O livro percorre as décadas de 1970 e 1980, ocasião dos primeiros flertes com o cinema. Mas, naquela época, não havia tecnologia capaz de arrebatar o público em definitivo.
Na primeira década do século 21, porém, o UCM foi concebido. E, graças aos avanços das ferramentas audiovisuais, logo se transformou em sinônimo de filmes de super-herói. “Mesmo enquanto redefinia o gênero à sua própria imagem e realizava um controle de qualidade agressivo, o estúdio se assegurava de surpreender a plateia”, escrevem Joanna, Gonzales e Edwards.
Segundo os autores, a Marvel Studios cresceu ao combinar a cultura de improviso e bootstrapping das startups do Vale do Silício com uma versão moderna do modo de operar dos estúdios.
Suas lideranças tiveram a astúcia de assinar contratos de longo prazo com os atores, cultivaram os próprios grupos de escritores e atraíram um pequeno exército de artistas visuais que, às vezes, determinavam a estética dos filmes, antes mesmo de o diretor ser contratado.
A única coisa que a empresa não tinha, quando comparada aos antigos colossos da indústria cinematográfica, era seu próprio sistema de distribuição. Foi aí que entrou a Disney.
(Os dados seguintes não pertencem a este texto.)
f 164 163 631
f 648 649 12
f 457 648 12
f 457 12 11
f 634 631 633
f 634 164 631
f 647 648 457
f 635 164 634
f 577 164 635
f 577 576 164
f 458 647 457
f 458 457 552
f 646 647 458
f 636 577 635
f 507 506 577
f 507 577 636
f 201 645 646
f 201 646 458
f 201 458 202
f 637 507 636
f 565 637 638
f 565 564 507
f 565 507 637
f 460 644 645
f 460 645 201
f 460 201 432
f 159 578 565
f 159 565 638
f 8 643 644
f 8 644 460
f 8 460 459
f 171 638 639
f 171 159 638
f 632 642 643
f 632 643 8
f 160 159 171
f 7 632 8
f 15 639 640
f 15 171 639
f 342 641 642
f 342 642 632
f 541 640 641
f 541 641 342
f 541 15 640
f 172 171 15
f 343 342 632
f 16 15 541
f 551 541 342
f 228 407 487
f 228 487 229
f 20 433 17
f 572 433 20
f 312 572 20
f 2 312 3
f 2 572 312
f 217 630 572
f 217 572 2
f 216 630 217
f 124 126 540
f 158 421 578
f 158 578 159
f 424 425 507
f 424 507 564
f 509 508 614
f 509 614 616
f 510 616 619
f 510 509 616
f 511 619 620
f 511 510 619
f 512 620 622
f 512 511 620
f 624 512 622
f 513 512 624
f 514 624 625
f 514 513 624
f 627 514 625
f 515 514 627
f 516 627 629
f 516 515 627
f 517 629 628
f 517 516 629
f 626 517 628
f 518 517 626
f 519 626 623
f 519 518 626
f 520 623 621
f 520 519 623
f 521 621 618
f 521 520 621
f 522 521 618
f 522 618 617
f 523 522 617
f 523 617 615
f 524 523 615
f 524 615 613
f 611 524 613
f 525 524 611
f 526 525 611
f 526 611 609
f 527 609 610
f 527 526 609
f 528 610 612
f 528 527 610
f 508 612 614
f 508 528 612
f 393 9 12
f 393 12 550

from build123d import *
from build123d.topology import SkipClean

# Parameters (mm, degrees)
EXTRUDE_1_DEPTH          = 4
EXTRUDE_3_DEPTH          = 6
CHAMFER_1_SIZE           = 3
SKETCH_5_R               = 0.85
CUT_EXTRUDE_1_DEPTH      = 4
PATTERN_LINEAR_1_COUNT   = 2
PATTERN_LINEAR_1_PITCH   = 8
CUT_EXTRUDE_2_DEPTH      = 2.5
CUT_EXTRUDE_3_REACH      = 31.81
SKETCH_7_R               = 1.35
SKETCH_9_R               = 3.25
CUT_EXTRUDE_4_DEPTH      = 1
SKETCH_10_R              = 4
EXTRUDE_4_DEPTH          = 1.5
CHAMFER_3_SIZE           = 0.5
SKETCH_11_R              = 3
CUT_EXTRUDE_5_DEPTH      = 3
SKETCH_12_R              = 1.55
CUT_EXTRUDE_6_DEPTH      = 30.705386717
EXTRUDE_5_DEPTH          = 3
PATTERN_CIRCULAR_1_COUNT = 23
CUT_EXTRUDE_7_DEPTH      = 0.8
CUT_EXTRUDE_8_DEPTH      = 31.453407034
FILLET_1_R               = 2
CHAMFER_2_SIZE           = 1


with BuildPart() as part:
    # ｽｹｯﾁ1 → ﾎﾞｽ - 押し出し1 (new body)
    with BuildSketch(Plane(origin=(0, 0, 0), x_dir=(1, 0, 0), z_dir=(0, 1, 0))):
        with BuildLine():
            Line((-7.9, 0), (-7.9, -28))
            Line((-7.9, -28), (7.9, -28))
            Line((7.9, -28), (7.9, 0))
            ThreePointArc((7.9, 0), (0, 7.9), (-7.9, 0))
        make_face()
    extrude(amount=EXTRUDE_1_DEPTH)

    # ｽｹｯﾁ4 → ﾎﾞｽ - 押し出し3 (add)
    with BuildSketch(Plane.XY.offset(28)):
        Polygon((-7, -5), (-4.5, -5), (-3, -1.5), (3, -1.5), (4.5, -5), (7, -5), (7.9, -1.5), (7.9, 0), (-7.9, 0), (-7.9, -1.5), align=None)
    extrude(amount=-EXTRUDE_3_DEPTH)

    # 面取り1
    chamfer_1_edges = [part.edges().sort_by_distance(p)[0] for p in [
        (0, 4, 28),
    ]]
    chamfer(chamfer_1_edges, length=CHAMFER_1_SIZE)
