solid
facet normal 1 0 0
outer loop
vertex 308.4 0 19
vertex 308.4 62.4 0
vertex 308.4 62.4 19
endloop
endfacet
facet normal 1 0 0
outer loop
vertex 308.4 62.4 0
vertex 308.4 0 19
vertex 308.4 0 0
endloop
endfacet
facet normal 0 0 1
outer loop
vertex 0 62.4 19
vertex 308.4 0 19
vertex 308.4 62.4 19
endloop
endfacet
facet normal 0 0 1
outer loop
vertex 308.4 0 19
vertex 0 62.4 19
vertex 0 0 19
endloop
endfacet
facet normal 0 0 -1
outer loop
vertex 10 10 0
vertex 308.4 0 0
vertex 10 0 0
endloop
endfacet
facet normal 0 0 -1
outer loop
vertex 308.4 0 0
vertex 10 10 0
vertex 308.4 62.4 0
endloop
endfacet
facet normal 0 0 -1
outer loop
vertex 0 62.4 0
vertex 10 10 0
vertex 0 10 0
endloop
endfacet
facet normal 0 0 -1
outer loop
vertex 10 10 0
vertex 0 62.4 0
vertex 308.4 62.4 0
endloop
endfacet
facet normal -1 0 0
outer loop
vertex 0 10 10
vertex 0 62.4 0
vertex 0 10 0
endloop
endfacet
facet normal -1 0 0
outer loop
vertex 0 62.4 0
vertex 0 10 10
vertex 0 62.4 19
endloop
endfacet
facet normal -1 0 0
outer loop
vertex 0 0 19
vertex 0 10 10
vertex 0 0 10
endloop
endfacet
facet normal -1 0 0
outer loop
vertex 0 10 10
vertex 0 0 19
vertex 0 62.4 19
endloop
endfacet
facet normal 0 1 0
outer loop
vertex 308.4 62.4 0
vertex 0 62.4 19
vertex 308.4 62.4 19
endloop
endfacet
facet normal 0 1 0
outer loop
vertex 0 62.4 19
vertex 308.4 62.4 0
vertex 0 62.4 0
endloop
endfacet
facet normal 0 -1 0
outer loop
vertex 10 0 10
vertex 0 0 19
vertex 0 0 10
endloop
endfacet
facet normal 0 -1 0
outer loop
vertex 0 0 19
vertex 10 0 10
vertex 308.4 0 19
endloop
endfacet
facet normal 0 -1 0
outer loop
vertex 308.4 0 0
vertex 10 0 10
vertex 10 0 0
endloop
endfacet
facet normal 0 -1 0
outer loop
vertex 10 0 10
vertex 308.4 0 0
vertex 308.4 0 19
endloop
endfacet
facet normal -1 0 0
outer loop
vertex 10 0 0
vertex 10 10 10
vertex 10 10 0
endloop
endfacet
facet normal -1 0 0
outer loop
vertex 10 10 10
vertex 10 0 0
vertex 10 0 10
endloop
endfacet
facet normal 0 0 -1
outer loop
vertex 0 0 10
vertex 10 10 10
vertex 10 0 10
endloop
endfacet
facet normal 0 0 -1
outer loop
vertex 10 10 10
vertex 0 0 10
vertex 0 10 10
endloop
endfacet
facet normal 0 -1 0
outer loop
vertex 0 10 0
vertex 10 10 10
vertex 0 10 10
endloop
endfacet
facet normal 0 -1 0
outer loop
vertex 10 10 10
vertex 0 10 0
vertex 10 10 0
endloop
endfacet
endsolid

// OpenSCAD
include <./config/token-config.scad>
// include <../../lib/tray/tile_tray_v3.scad>

$fn = 10;

// tile_tray_v3(matrix, matrix_counts, wall_inset_length);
O estúdio refutou o senso comum sobre o que um super-herói é e pode ser. Desse modo, forjou seu próprio estilo, tanto nos filmes quanto nos métodos para produzi-los.
Mas, até quando?
Bilheterias fracas
Nas estreias mais recentes, desde 2022, os únicos títulos com algum sucesso de bilheteria, foram Doutor Estranho no Multiverso da Loucura, de 2022, e Guardiões da Galáxia Vol. 3, de 2023. Nenhum deles, no entanto, atingiu a marca do bilhão de dólares,
Também do ano passado, As Marvels teve a pior bilheteria de estreia do estúdio, com US$ 47 milhões nos Estados Unidos. Até meados de dezembro, o filme havia feito pouco mais de US$ 200 milhões, no mundo.
Para cobrir os gastos de produção, porém, deveria arrecadar US$ 700 milhões, conforme análises de mercado.
Em cartaz há duas semanas, Madame Teia, com Dakota Johnson, no papel principal, tem sofrido críticas implacáveis pela falta de zelo em todos os pontos da produção –do roteiro e direção à interpretação do elenco.
Para alguns especialistas, a Marvel Studios está apenas passando por um momento ruim. Para outros, no entanto, a crise reflete o cansaço do público com uma fórmula já gasta.
O jornal americano The New York Times definiu a fase atual como a da "obsolescência inevitável". Como Feige e seu exército sairão dessa, certamente, renderá outras ótimas histórias. Aguardemos os próximos capítulos.